Correct answer- 2. Divergent

Explanation- A divergent series is an infinite series that is not convergent, which means that the infinite sequence of partial sums of the series has no finite limit in mathematics. 

Q4. The value of finite series is always:

1. 1. non-defined
   2. well-defined
   3. none
   4. integral

Correct answer- 2. well-defined

Explanation- "Well-defined" means that the total exists and equals the same real number regardless of the sequence in which the terms are added.

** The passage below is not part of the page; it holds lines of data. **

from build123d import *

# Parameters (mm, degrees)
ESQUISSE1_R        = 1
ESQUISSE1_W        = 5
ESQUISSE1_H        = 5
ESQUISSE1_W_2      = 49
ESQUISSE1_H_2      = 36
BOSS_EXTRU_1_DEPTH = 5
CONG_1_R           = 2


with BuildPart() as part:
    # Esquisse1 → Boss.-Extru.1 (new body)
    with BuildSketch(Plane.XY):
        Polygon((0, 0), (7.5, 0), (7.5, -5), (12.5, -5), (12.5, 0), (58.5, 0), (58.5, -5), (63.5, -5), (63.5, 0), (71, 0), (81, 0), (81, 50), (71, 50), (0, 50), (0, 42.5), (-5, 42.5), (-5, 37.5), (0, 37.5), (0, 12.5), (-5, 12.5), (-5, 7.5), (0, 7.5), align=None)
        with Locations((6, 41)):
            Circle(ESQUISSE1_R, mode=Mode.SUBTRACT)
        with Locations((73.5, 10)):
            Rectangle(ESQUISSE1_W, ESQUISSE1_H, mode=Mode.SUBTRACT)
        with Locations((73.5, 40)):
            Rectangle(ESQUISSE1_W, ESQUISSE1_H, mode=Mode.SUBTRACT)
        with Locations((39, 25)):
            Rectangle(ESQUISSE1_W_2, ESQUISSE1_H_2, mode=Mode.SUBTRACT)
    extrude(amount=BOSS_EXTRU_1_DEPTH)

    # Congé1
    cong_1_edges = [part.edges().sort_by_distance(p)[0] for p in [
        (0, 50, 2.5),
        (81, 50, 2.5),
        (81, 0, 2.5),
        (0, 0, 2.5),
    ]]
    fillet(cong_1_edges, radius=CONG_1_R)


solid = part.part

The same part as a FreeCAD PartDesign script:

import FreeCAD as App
import Part
import Sketcher

V = App.Vector
Q = App.Units.Quantity


def edges_at(feature, points):
    """Names of the edges that pass closest to the given points."""
    edges = feature.Shape.Edges
    near = lambda p: min(range(len(edges)), key=lambda i: edges[i].distToShape(Part.Vertex(*p))[0])
    return sorted({f"Edge{near(p) + 1}" for p in points})


def add_polygon(sketch, points):
    """Adds a closed chain of lines whose ends are joined by coincident constraints."""
    first, n = sketch.GeometryCount, len(points)
    for a, b in zip(points, points[1:] + points[:1]):
        sketch.addGeometry(Part.LineSegment(App.Vector(*a, 0), App.Vector(*b, 0)), False)
    for i in range(n):
        sketch.addConstraint(Sketcher.Constraint("Coincident", first + i, 2, first + (i + 1) % n, 1))

doc = App.newDocument("Part")
body = doc.addObject("PartDesign::Body", "Body")

# Sketch on XY plane
sketch1 = body.newObject("Sketcher::SketchObject", "Sketch")
sketch1.AttachmentSupport = (doc.getObject("XY_Plane"), [""])
sketch1.MapMode = "FlatFace"
add_polygon(sketch1, [(0, 0), (7.5, 0), (7.5, -5), (12.5, -5), (12.5, 0), (58.5, 0), (58.5, -5), (63.5, -5), (63.5, 0), (81, 0), (81, 50), (0, 50), (0, 42.5), (-5, 42.5), (-5, 37.5), (0, 37.5), (0, 12.5), (-5, 12.5), (-5, 7.5), (0, 7.5)])  # lines 0-19
add_polygon(sketch1, [(76, 7.5), (71, 7.5), (71, 12.5), (76, 12.5)])  # lines 20-23
add_polygon(sketch1, [(63.5, 7), (14.5, 7), (14.5, 43), (63.5, 43)])  # lines 24-27
sketch1.addGeometry(Part.Circle(V(6, 41, 0), V(0, 0, 1), 1), False)  # 28
add_polygon(sketch1, [(76, 37.5), (71, 37.5), (71, 42.5), (76, 42.5)])  # lines 29-32
sketch1.addConstraint([
    Sketcher.Constraint("Horizontal", 0),
    Sketcher.Constraint("Vertical", 1),
    Sketcher.Constraint("Horizontal", 2),
    Sketcher.Constraint("Vertical", 3),
    Sketcher.Constraint("Horizontal", 4),
    Sketcher.Constraint("Vertical", 5),
    Sketcher.Constraint("Horizontal", 6),
    Sketcher.Constraint("Vertical", 7),
    Sketcher.Constraint("Horizontal", 8),
    Sketcher.Constraint("Vertical", 9),
    Sketcher.Constraint("Horizontal", 10),
    Sketcher.Constraint("Vertical", 11),
    Sketcher.Constraint("Horizontal", 12),
    Sketcher.Constraint("Vertical", 13),
    Sketcher.Constraint("Horizontal", 14),
    Sketcher.Constraint("Vertical", 15),
    Sketcher.Constraint("Horizontal", 16),
    Sketcher.Constraint("Vertical", 17),
    Sketcher.Constraint("Horizontal", 18),
    Sketcher.Constraint("Vertical", 19),
    Sketcher.Constraint("Horizontal", 20),
    Sketcher.Constraint("Vertical", 21),
    Sketcher.Constraint("Horizontal", 22),
    Sketcher.Constraint("Vertical", 23),
    Sketcher.Constraint("Horizontal", 24),
    Sketcher.Constraint("Vertical", 25),
    Sketcher.Constraint("Horizontal", 26),
    Sketcher.Constraint("Vertical", 27),
    Sketcher.Constraint("Horizontal", 29),
    Sketcher.Constraint("Vertical", 30),
    Sketcher.Constraint("Horizontal", 31),
    Sketcher.Constraint("Vertical", 32),
    Sketcher.Constraint("Coincident", 19, 2, -1, 1),
    Sketcher.Constraint("PointOnObject", 3, 2, -1),
    Sketcher.Constraint("PointOnObject", 7, 2, -1),
    Sketcher.Constraint("PointOnObject", 10, 2, -2),
    Sketcher.Constraint("PointOnObject", 14, 2, -2),
    Sketcher.Constraint("Horizontal", 2, 2, 5, 2),
    Sketcher.Constraint("Horizontal", 18, 2, 20, 2),
    Sketcher.Constraint("Horizontal", 16, 2, 21, 2),
    Sketcher.Constraint("Horizontal", 14, 2, 29, 2),
    Sketcher.Constraint("Horizontal", 12, 2, 30, 2),
    Sketcher.Constraint("Vertical", 13, 2, 16, 2),
    Sketcher.Constraint("Vertical", 7, 2, 26, 2),
    Sketcher.Constraint("Vertical", 21, 2, 29, 2),
    Sketcher.Constraint("Vertical", 23, 2, 31, 2),
    Sketcher.Constraint("Equal", 2, 6),
    Sketcher.Constraint("Equal", 6, 12),
    Sketcher.Constraint("Equal", 18, 20),
    Sketcher.Constraint("Equal", 31, 1),
    Sketcher.Constraint("Equal", 0, 11),
    Sketcher.Constraint("Equal", 7, 13),
    Sketcher.Constraint("Equal", 13, 17),
    Sketcher.Constraint("Equal", 11, 19),
    Sketcher.Constraint("Diameter", 28, Q("2 mm")),
    Sketcher.Constraint("DistanceX", 2, 1, 2, 2, Q("5 mm")),
    Sketcher.Constraint("DistanceX", 4, 1, 4, 2, Q("46 mm")),
    Sketcher.Constraint("DistanceX", 10, 2, 10, 1, Q("81 mm")),
    Sketcher.Constraint("DistanceX", 24, 2, 24, 1, Q("49 mm")),
    Sketcher.Constraint("DistanceY", 9, 1, 9, 2, Q("50 mm")),
    Sketcher.Constraint("DistanceY", 15, 2, 15, 1, Q("25 mm")),
    Sketcher.Constraint("DistanceY", 25, 1, 25, 2, Q("36 mm")),
    Sketcher.Constraint("DistanceX", -1, 1, 28, 3, Q("6 mm")),
    Sketcher.Constraint("DistanceY", -1, 1, 28, 3, Q("41 mm")),
    Sketcher.Constraint("DistanceX", -1, 1, 20, 2, Q("71 mm")),
    Sketcher.Constraint("DistanceY", -1, 1, 24, 2, Q("7 mm")),
])
pad1 = body.newObject("PartDesign::Pad", "Pad")
pad1.Profile = sketch1
pad1.Length = 5
doc.recompute()

fillet = body.newObject("PartDesign::Fillet", "Fillet")
fillet.Base = (pad1, edges_at(pad1, [
    (0, 50, 2.5),
    (81, 50, 2.5),
    (81, 0, 2.5),
    (0, 0, 2.5),
]))
fillet.Radius = 2

doc.recompute()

Q5. Which statement is false:

1. A Cauchy sequence of real numbers need not be bounded.
2. A sequence of real numbers need not be bounded.
3. A sequence of real numbers is convergent if and only if it is a Cauchy sequence.
4. The series $\sum _{n=1}^{\infty }\frac{1}{n^2}$ is convergent.

Correct answer- 1. A Cauchy sequence of real numbers need not be bounded.

Explanation- Every Cauchy sequence of real numbers has a convergent subsequence, and so is itself convergent, according to Bolzano–Weierstrass. The least upper bound axiom is implicitly used in this demonstration of the completeness of the real numbers.